[Saved data entries]
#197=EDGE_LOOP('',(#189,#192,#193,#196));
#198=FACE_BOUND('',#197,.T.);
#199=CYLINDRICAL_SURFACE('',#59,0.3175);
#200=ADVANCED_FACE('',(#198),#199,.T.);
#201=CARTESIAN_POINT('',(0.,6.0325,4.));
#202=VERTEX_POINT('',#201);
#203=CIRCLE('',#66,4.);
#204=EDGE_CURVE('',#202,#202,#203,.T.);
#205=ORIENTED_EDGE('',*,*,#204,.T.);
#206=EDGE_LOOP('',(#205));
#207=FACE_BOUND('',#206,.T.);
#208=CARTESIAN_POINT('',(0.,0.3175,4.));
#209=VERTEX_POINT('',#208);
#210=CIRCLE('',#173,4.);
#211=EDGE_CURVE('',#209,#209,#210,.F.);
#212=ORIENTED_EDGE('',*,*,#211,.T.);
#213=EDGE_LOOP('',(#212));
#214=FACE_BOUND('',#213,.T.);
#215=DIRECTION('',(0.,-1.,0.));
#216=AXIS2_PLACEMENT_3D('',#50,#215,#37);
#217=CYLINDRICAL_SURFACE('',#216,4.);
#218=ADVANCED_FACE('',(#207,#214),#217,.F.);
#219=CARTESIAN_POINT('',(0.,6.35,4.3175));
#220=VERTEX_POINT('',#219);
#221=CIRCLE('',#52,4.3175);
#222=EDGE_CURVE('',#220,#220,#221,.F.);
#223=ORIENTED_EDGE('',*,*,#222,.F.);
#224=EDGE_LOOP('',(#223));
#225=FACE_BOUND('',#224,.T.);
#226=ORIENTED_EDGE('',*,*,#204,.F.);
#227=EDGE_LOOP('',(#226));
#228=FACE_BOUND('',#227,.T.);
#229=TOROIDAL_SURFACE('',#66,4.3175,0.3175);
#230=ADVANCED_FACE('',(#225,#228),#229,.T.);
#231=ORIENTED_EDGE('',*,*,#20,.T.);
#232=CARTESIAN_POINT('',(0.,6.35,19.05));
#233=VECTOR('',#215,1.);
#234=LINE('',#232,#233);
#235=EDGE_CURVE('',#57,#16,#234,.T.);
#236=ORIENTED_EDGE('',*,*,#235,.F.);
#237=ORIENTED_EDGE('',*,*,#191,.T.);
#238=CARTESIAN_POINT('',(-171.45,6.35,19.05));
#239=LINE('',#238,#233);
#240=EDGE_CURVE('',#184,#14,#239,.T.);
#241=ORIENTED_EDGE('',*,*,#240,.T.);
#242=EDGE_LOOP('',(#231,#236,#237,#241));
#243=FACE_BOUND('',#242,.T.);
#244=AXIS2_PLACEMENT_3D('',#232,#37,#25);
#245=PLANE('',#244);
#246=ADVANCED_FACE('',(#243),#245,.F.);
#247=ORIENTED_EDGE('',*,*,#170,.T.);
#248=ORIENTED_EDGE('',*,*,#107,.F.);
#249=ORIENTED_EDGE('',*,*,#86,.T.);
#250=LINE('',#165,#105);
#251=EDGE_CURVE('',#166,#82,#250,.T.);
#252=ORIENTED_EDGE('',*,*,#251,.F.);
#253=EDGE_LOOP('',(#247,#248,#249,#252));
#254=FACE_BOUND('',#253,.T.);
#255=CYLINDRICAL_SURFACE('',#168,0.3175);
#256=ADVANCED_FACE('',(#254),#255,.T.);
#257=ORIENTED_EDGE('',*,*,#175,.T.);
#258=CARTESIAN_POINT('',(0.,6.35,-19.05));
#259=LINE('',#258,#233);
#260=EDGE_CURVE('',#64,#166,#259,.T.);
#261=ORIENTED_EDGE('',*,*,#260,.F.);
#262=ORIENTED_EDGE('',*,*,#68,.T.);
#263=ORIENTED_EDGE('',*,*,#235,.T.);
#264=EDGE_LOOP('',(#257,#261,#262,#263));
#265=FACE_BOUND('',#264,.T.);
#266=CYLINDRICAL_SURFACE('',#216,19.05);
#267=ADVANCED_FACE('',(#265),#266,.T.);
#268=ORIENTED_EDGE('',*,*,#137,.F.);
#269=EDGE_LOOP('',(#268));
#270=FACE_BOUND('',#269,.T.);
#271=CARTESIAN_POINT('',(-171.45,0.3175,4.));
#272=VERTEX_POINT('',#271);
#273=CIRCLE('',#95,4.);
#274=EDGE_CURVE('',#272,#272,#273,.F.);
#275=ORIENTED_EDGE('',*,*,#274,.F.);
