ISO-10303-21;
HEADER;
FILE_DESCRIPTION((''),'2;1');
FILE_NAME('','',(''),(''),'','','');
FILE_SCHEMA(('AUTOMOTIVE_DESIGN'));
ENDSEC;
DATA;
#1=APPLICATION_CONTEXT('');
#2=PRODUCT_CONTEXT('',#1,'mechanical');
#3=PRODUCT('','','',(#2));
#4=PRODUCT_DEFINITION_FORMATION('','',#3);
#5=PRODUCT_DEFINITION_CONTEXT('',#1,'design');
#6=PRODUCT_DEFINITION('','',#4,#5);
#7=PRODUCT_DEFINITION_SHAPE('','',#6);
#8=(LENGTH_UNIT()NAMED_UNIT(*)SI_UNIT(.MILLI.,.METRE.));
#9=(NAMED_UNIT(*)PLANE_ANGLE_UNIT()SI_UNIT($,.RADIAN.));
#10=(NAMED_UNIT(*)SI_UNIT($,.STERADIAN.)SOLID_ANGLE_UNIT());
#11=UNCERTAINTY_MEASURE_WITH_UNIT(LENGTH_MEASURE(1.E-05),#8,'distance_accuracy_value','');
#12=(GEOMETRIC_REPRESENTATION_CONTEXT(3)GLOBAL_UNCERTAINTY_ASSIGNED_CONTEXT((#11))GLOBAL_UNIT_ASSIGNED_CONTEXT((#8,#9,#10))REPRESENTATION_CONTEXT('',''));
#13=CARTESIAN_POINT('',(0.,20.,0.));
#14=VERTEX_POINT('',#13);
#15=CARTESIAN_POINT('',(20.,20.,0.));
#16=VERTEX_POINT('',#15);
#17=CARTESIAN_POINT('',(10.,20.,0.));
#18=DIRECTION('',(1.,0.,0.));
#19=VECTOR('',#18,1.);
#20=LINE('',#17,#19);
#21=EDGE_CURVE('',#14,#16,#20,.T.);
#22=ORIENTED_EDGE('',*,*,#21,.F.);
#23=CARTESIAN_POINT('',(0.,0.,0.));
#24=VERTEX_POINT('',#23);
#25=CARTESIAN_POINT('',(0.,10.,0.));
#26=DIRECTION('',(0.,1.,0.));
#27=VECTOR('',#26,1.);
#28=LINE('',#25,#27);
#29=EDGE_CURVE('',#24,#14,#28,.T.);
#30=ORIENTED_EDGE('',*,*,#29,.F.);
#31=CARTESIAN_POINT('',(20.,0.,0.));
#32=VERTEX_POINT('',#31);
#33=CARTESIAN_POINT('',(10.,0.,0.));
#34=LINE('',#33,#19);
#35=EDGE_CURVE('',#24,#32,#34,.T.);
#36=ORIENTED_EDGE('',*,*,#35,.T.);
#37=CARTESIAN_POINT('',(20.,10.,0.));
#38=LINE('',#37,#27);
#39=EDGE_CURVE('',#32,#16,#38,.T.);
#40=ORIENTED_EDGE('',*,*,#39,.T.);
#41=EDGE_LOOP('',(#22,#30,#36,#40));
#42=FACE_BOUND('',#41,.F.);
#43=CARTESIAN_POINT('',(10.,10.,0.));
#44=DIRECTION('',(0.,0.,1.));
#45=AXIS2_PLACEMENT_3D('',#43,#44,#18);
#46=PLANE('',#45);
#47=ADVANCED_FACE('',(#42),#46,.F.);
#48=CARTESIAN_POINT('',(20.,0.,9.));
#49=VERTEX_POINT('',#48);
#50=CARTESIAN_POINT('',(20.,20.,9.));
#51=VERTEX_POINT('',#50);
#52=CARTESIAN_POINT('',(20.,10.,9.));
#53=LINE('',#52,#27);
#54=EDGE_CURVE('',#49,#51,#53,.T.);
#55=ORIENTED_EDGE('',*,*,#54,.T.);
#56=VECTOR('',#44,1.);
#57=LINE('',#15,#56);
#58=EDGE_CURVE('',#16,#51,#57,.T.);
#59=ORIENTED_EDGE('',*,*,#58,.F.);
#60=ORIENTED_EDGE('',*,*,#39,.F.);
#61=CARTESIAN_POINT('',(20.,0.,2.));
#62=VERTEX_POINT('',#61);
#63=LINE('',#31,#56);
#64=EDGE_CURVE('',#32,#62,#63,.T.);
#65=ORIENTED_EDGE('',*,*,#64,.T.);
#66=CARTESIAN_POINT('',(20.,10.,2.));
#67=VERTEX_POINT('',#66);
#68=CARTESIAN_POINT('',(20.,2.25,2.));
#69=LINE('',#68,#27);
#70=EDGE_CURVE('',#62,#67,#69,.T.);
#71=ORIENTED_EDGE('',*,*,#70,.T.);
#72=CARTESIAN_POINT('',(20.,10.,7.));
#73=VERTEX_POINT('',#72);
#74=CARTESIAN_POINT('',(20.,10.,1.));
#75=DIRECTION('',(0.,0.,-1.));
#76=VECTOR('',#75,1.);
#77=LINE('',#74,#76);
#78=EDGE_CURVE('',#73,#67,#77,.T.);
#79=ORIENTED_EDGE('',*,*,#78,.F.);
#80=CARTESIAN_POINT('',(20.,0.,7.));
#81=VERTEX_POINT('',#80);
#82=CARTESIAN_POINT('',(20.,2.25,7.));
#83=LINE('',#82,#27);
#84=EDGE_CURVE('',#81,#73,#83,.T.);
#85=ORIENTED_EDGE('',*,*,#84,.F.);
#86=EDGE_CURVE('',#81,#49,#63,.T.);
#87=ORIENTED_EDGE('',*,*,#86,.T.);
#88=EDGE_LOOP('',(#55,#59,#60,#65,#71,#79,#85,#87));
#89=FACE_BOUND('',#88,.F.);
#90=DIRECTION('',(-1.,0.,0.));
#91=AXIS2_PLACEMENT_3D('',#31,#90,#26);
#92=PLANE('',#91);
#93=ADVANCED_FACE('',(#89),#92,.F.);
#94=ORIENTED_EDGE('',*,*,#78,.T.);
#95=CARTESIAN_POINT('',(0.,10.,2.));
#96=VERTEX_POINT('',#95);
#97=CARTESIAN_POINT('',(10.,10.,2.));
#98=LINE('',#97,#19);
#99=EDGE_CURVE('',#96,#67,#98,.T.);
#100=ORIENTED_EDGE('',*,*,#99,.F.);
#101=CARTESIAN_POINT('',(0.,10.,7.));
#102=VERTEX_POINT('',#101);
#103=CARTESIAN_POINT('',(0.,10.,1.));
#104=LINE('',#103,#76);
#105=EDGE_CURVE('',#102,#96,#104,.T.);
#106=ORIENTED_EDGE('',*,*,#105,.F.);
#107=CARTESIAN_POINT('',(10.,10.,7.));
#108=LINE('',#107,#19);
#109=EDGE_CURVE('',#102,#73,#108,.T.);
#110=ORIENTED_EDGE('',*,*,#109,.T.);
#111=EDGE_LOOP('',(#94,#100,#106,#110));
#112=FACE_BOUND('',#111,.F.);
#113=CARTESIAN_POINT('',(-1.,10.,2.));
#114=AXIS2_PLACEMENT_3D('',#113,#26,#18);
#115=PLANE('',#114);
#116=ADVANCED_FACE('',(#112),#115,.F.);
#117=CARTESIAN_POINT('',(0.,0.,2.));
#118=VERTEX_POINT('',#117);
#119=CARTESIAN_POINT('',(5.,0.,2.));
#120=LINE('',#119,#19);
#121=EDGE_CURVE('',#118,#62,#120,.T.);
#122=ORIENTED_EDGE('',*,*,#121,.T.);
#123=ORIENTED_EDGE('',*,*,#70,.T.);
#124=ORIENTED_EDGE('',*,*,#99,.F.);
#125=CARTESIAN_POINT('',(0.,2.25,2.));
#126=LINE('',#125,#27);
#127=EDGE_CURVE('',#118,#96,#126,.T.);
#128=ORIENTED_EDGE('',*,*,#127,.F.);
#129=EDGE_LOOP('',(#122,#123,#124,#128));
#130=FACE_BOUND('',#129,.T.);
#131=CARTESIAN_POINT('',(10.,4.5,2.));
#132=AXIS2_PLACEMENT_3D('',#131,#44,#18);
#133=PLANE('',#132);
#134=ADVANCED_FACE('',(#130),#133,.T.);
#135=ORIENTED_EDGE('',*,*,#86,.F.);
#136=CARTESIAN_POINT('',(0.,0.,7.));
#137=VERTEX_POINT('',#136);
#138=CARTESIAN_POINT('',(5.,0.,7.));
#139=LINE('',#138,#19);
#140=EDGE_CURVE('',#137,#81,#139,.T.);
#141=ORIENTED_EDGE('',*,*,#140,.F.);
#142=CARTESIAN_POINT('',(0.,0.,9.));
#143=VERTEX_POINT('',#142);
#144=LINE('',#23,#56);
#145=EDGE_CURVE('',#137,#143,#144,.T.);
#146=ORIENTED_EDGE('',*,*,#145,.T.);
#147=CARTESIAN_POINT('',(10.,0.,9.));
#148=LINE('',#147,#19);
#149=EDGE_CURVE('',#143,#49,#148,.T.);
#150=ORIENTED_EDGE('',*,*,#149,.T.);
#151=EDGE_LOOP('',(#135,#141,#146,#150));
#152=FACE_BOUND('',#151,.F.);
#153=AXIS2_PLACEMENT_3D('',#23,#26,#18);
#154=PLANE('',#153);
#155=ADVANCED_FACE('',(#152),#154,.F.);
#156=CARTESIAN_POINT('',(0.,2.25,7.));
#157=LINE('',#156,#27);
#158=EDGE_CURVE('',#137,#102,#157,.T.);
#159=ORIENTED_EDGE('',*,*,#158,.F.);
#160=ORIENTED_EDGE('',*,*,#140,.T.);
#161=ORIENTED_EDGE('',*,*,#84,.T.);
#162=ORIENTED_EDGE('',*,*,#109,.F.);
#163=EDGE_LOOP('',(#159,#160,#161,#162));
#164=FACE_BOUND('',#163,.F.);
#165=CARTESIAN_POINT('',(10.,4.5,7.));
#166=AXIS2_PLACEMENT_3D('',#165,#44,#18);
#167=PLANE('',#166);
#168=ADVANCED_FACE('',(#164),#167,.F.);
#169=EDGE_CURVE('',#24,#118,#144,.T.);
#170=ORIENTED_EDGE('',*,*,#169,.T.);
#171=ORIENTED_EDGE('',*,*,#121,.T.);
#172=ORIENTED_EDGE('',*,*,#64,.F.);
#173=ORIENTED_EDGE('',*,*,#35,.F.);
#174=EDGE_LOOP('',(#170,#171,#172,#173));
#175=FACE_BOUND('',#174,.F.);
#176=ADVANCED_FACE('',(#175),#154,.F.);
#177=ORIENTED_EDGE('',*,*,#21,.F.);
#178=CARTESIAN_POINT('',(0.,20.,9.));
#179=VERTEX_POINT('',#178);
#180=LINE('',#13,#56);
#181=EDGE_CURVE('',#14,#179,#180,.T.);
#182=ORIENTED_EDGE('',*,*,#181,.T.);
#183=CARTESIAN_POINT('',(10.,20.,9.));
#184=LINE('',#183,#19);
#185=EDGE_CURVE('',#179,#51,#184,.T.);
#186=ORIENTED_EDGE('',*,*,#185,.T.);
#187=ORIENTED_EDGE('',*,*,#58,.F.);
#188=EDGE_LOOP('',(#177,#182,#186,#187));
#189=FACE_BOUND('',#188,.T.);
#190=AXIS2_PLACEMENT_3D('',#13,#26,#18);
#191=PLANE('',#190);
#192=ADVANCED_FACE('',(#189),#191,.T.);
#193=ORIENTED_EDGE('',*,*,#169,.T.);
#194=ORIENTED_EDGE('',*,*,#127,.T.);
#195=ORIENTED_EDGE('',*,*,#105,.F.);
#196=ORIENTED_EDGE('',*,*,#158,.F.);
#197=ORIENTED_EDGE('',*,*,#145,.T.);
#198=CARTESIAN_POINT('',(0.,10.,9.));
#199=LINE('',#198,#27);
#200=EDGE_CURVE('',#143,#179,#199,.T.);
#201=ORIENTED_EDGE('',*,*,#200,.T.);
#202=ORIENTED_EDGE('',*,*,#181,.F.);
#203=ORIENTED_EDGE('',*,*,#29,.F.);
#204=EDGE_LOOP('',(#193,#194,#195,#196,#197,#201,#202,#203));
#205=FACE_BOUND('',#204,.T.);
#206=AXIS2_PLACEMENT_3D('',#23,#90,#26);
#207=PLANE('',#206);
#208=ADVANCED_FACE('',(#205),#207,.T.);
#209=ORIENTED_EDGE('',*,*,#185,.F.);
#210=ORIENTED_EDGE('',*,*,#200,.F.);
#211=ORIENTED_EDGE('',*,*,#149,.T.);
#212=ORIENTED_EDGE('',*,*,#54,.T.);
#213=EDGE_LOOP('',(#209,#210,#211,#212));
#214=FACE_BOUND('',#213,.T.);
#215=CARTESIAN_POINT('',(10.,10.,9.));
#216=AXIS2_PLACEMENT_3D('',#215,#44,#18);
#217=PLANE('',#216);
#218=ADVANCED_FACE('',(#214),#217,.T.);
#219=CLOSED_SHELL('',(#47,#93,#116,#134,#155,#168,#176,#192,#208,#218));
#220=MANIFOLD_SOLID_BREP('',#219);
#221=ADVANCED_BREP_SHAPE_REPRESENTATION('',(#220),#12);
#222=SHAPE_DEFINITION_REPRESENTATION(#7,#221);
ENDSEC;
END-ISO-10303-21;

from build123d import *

# Parameters (mm, degrees)
BOX001_W     = 22
BOX001_H     = 11
BOX001_DEPTH = 5
BOX_W        = 20
BOX_H        = 20
BOX_DEPTH    = 9


with BuildPart() as cube001:
    # Box001 → Box001 (new body)
    with BuildSketch(Plane(origin=(-1, -1, 2), x_dir=(1, 0, 0), z_dir=(0, 0, 1))):
        with Locations((11, 5.5)):
            Rectangle(BOX001_W, BOX001_H)
    extrude(amount=BOX001_DEPTH)


with BuildPart() as cut:
    # Box → Box (new body)
    with BuildSketch(Plane.XY):
        with Locations((10, 10)):
            Rectangle(BOX_W, BOX_H)
    extrude(amount=BOX_DEPTH)

    # Cut: cut Cube001
    add(cube001.part, mode=Mode.SUBTRACT)


solid = cut.part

• Work item:
From the data above, output only the lines between the line containing "#25=CARTESIAN_POINT('',(0.,10.,0.));" and the line containing "#40=ORIENTED_EDGE('',*,*,#39,.T.);", inclusive, exactly as written.

• Written solution:
#25=CARTESIAN_POINT('',(0.,10.,0.));
#26=DIRECTION('',(0.,1.,0.));
#27=VECTOR('',#26,1.);
#28=LINE('',#25,#27);
#29=EDGE_CURVE('',#24,#14,#28,.T.);
#30=ORIENTED_EDGE('',*,*,#29,.F.);
#31=CARTESIAN_POINT('',(20.,0.,0.));
#32=VERTEX_POINT('',#31);
#33=CARTESIAN_POINT('',(10.,0.,0.));
#34=LINE('',#33,#19);
#35=EDGE_CURVE('',#24,#32,#34,.T.);
#36=ORIENTED_EDGE('',*,*,#35,.T.);
#37=CARTESIAN_POINT('',(20.,10.,0.));
#38=LINE('',#37,#27);
#39=EDGE_CURVE('',#32,#16,#38,.T.);
#40=ORIENTED_EDGE('',*,*,#39,.T.);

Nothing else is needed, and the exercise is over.